*** RECORDS TO USE ***

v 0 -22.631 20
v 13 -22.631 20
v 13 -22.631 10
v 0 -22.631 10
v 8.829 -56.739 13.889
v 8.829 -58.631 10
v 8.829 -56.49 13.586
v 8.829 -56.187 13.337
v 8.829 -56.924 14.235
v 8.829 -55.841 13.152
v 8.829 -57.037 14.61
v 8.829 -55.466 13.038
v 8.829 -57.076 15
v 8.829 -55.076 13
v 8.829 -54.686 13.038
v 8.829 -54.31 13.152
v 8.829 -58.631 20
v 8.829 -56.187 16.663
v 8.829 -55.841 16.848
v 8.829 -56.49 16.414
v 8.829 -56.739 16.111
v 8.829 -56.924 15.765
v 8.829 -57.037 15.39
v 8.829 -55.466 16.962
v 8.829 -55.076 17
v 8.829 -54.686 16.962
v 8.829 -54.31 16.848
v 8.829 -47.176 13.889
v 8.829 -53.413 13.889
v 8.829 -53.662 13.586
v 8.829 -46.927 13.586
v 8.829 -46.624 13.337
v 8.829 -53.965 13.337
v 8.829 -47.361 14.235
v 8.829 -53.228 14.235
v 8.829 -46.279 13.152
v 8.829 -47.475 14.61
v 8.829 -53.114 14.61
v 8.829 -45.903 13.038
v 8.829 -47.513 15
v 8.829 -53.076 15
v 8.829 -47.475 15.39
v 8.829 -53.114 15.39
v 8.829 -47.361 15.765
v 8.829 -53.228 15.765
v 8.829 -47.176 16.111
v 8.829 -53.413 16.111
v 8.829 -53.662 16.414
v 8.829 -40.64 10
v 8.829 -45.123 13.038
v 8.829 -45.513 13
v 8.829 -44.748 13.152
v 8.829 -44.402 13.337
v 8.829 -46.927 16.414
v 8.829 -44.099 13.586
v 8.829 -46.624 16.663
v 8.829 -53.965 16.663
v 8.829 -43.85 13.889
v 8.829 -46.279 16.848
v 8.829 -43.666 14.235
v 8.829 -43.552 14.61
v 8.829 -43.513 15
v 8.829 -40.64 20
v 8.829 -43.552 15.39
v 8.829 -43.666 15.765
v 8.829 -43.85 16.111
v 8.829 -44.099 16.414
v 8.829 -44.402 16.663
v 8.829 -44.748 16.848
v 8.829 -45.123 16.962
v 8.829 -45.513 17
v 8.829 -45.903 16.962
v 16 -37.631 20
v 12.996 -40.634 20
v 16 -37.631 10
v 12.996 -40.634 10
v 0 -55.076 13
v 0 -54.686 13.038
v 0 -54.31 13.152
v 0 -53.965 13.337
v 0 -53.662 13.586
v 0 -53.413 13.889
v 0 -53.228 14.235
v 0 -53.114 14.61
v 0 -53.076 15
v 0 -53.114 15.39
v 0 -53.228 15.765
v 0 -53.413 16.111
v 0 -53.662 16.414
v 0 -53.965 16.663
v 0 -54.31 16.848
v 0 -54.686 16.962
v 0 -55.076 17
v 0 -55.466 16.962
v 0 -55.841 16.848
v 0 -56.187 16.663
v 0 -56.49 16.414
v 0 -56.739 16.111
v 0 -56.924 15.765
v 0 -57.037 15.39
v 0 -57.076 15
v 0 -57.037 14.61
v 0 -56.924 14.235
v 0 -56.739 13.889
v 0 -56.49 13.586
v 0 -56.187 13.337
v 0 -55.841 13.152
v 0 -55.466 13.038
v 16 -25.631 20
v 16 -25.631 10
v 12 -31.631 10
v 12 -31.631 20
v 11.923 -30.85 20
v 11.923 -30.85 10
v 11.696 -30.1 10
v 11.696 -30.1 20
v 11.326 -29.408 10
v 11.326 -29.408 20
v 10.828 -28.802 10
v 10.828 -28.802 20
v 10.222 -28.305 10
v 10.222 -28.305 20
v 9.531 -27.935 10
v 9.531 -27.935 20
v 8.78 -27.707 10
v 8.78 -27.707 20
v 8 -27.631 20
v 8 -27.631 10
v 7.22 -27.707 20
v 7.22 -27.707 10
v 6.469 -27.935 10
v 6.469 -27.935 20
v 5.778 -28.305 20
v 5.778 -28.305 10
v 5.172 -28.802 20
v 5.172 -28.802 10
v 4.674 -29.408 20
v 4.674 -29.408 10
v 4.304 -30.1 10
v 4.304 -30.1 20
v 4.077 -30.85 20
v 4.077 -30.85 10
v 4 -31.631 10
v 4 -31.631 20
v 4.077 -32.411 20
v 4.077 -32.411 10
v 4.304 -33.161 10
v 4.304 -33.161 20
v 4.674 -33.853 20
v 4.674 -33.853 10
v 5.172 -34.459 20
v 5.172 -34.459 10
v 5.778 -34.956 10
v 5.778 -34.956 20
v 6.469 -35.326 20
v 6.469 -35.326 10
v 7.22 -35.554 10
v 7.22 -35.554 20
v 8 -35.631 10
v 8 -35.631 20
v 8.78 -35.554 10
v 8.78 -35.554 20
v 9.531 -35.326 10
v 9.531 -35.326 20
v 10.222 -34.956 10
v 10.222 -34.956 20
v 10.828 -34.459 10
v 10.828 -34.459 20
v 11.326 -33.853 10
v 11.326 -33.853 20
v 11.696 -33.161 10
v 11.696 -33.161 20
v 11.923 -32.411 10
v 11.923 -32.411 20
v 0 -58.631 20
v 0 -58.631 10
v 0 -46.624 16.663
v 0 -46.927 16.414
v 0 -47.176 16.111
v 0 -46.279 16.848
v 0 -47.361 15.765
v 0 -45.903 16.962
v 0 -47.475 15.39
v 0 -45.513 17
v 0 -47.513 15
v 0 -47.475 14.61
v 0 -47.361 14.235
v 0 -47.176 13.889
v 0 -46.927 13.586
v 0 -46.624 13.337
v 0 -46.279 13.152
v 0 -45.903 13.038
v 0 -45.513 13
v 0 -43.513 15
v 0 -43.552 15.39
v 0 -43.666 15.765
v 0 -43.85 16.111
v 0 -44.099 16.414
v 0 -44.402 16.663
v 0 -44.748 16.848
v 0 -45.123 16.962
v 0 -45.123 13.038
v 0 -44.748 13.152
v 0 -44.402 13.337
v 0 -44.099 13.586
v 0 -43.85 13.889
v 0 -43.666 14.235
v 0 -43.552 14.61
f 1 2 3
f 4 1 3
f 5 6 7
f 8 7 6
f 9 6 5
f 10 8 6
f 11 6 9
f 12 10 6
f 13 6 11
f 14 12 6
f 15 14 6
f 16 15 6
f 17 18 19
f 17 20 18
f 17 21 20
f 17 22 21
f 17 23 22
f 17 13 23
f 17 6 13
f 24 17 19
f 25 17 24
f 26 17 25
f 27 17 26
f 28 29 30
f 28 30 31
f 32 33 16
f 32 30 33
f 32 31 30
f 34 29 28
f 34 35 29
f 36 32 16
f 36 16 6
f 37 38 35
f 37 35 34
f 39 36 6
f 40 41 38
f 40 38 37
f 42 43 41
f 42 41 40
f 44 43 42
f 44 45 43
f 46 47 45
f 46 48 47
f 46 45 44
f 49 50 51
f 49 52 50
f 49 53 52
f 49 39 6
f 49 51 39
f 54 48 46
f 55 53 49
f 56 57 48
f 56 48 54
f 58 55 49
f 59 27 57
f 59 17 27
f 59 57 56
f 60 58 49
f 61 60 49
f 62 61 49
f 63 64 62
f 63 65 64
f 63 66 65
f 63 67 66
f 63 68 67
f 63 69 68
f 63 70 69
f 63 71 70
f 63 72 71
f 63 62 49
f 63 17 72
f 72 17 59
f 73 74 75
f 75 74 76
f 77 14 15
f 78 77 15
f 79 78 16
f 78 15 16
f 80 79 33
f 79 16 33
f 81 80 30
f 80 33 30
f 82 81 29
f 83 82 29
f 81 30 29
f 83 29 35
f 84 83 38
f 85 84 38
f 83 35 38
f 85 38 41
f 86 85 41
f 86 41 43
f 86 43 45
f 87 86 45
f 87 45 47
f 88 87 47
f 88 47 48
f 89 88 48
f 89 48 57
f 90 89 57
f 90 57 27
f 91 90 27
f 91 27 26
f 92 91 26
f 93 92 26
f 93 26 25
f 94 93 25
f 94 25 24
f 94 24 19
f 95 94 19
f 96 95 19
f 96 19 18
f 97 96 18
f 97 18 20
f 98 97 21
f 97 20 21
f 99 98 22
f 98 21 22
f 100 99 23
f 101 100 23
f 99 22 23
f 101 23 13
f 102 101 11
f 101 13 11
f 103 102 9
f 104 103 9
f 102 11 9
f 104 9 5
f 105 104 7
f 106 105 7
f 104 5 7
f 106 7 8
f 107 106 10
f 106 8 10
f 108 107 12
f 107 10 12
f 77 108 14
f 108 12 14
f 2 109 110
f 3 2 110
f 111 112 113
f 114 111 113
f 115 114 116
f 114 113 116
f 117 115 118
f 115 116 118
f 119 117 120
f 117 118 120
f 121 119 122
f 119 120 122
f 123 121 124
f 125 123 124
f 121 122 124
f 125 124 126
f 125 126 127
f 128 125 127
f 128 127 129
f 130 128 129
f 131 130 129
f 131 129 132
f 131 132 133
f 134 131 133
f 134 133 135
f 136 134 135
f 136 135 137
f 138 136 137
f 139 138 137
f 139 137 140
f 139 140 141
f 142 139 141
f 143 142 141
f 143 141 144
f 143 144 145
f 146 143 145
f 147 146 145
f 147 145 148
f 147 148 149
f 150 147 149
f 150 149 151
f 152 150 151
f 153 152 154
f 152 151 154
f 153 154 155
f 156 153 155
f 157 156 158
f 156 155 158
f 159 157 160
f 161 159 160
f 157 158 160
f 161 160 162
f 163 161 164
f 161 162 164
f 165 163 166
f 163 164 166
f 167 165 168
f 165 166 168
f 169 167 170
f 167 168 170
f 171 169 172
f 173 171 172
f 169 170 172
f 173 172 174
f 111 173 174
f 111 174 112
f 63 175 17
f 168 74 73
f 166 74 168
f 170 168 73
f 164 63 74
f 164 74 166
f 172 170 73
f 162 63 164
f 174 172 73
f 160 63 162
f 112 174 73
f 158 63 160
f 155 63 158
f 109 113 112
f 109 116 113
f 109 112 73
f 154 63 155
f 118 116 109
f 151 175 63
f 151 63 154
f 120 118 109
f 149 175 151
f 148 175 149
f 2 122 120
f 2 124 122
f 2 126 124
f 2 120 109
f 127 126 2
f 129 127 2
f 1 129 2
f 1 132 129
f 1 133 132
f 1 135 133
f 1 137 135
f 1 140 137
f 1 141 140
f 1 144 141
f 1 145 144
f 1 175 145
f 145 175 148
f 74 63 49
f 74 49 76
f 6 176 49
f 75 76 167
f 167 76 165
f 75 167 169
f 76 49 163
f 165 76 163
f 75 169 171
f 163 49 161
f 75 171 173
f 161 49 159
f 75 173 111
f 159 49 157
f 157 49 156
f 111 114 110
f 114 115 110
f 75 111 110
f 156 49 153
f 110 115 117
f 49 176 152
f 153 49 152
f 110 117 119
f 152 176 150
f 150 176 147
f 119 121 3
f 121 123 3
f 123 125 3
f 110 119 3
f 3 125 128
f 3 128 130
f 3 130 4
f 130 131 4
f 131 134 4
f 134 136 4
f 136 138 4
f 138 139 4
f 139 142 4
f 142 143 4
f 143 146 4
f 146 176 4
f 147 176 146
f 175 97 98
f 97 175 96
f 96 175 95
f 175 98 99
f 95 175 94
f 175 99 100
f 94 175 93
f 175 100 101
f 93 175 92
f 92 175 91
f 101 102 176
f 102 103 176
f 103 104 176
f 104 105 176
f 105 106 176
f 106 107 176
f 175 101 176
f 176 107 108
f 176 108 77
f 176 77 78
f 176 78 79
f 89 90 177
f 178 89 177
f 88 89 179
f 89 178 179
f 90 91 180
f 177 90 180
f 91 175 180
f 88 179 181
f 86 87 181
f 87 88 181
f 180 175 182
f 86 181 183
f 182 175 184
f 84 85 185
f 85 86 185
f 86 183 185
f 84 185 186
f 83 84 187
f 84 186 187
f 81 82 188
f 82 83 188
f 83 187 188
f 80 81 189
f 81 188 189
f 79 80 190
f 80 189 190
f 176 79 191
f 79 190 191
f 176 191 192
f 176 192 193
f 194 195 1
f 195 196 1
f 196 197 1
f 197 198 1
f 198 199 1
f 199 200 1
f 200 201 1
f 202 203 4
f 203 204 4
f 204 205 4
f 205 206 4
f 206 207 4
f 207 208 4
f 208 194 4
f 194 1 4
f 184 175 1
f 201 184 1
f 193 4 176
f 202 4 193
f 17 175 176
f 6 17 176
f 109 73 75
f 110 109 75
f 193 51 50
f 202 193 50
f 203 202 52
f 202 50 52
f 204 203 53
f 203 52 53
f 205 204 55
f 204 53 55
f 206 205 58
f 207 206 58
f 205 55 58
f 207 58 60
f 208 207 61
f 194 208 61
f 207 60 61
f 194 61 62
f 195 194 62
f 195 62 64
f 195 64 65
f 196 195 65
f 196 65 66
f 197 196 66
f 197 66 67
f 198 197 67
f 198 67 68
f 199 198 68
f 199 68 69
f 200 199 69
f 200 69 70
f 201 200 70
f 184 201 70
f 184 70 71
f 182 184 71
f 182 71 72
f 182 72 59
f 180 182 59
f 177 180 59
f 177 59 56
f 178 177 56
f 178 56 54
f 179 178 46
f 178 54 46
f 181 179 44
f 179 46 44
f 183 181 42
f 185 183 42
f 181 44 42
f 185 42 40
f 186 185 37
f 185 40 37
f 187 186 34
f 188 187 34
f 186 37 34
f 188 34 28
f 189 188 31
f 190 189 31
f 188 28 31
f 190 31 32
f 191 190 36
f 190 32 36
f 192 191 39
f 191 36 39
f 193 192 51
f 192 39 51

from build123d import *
from OCP.BRepFilletAPI import BRepFilletAPI_MakeChamfer

# Parameters (mm, degrees)
SKETCH_1_W            = 10
SKETCH_1_H            = 36
EXTRUDE_1_DEPTH       = 16
SKETCH_5_R            = 4.000000001
CUT_EXTRUDE_2_DEPTH   = 62.591736841
CUT_EXTRUDE_3_DEPTH   = 62.591736841
CHAMFER_1_SIZE        = 3
CHAMFER_1_SIZE2       = 3.003831905
SKETCH_7_R            = 2
CUT_EXTRUDE_2_2_DEPTH = 63.573848038


with BuildPart() as part:
    # Эскиз1 → Вытянуть1 (new body)
    with BuildSketch(Plane(origin=(0, 0, 0), x_dir=(0, 0, -1), z_dir=(1, 0, 0))):
        with Locations((-15, -40.630555576)):
            Rectangle(SKETCH_1_W, SKETCH_1_H)
    extrude(amount=EXTRUDE_1_DEPTH)

    # Эскиз5 → Cut-Extrude 2 (cut, through all)
    with BuildSketch(Plane.XY.offset(20)):
        with Locations((8, -31.630555576)):
            Circle(SKETCH_5_R)
    extrude(amount=-CUT_EXTRUDE_2_DEPTH, mode=Mode.SUBTRACT)

    # Эскиз6 → Вырез-Вытянуть3 (cut, through all)
    with BuildSketch(Plane.XY.offset(20)):
        Polygon((16, -40.630555576), (16, -58.630555576), (8.828613207, -58.630555576), (8.828613207, -40.639698094), align=None)
    extrude(amount=-CUT_EXTRUDE_3_DEPTH, mode=Mode.SUBTRACT)

    # Фаска1: one chamfer whose edges measure the first distance from different faces: ONE call of the kernel's chamfer builder (chamfer() names one face for all edges)
    chamfer_1_edges_1 = [part.edges().sort_by_distance(p)[0] for p in [
        (16, -40.630555576, 15),
    ]]
    chamfer_1_side_1 = [part.faces().sort_by_distance(p)[0] for p in [
        (16, -31.630555576, 15),
    ]]
    chamfer_1_edges_2 = [part.edges().sort_by_distance(p)[0] for p in [
        (16, -22.630555576, 15),
    ]]
    chamfer_1 = BRepFilletAPI_MakeChamfer(part.part.solid().wrapped)
    for e in chamfer_1_edges_1:
        chamfer_1.Add(CHAMFER_1_SIZE, CHAMFER_1_SIZE2, e.wrapped, chamfer_1_side_1[0].wrapped)  # the first distance lies on this face
    for e in chamfer_1_edges_2:
        chamfer_1.Add(CHAMFER_1_SIZE, e.wrapped)
    add(Compound.cast(chamfer_1.Shape()), mode=Mode.REPLACE)

    # Эскиз7 → Cut-Extrude 2 2 (cut, through all)
    with BuildSketch(Plane(origin=(8.828613207, 0, 0), x_dir=(0, 0, -1), z_dir=(1, 0, 0))):
        with Locations((-15, -55.075818026)):
            Circle(SKETCH_7_R)
        with Locations((-15, -45.513282345)):
            Circle(SKETCH_7_R)
    extrude(amount=-CUT_EXTRUDE_2_2_DEPTH, mode=Mode.SUBTRACT)


solid = part.part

*** End of RECORDS TO USE ***

• **EXERCISE BRIEF**: Which lines run from the first of the listing to the line containing "v 8.829 -43.513 15"? Reproduce those exactly, both ends included.

• **OUTPUT OF THE TASK**:
v 0 -22.631 20
v 13 -22.631 20
v 13 -22.631 10
v 0 -22.631 10
v 8.829 -56.739 13.889
v 8.829 -58.631 10
v 8.829 -56.49 13.586
v 8.829 -56.187 13.337
v 8.829 -56.924 14.235
v 8.829 -55.841 13.152
v 8.829 -57.037 14.61
v 8.829 -55.466 13.038
v 8.829 -57.076 15
v 8.829 -55.076 13
v 8.829 -54.686 13.038
v 8.829 -54.31 13.152
v 8.829 -58.631 20
v 8.829 -56.187 16.663
v 8.829 -55.841 16.848
v 8.829 -56.49 16.414
v 8.829 -56.739 16.111
v 8.829 -56.924 15.765
v 8.829 -57.037 15.39
v 8.829 -55.466 16.962
v 8.829 -55.076 17
v 8.829 -54.686 16.962
v 8.829 -54.31 16.848
v 8.829 -47.176 13.889
v 8.829 -53.413 13.889
v 8.829 -53.662 13.586
v 8.829 -46.927 13.586
v 8.829 -46.624 13.337
v 8.829 -53.965 13.337
v 8.829 -47.361 14.235
v 8.829 -53.228 14.235
v 8.829 -46.279 13.152
v 8.829 -47.475 14.61
v 8.829 -53.114 14.61
v 8.829 -45.903 13.038
v 8.829 -47.513 15
v 8.829 -53.076 15
v 8.829 -47.475 15.39
v 8.829 -53.114 15.39
v 8.829 -47.361 15.765
v 8.829 -53.228 15.765
v 8.829 -47.176 16.111
v 8.829 -53.413 16.111
v 8.829 -53.662 16.414
v 8.829 -40.64 10
v 8.829 -45.123 13.038
v 8.829 -45.513 13
v 8.829 -44.748 13.152
v 8.829 -44.402 13.337
v 8.829 -46.927 16.414
v 8.829 -44.099 13.586
v 8.829 -46.624 16.663
v 8.829 -53.965 16.663
v 8.829 -43.85 13.889
v 8.829 -46.279 16.848
v 8.829 -43.666 14.235
v 8.829 -43.552 14.61
v 8.829 -43.513 15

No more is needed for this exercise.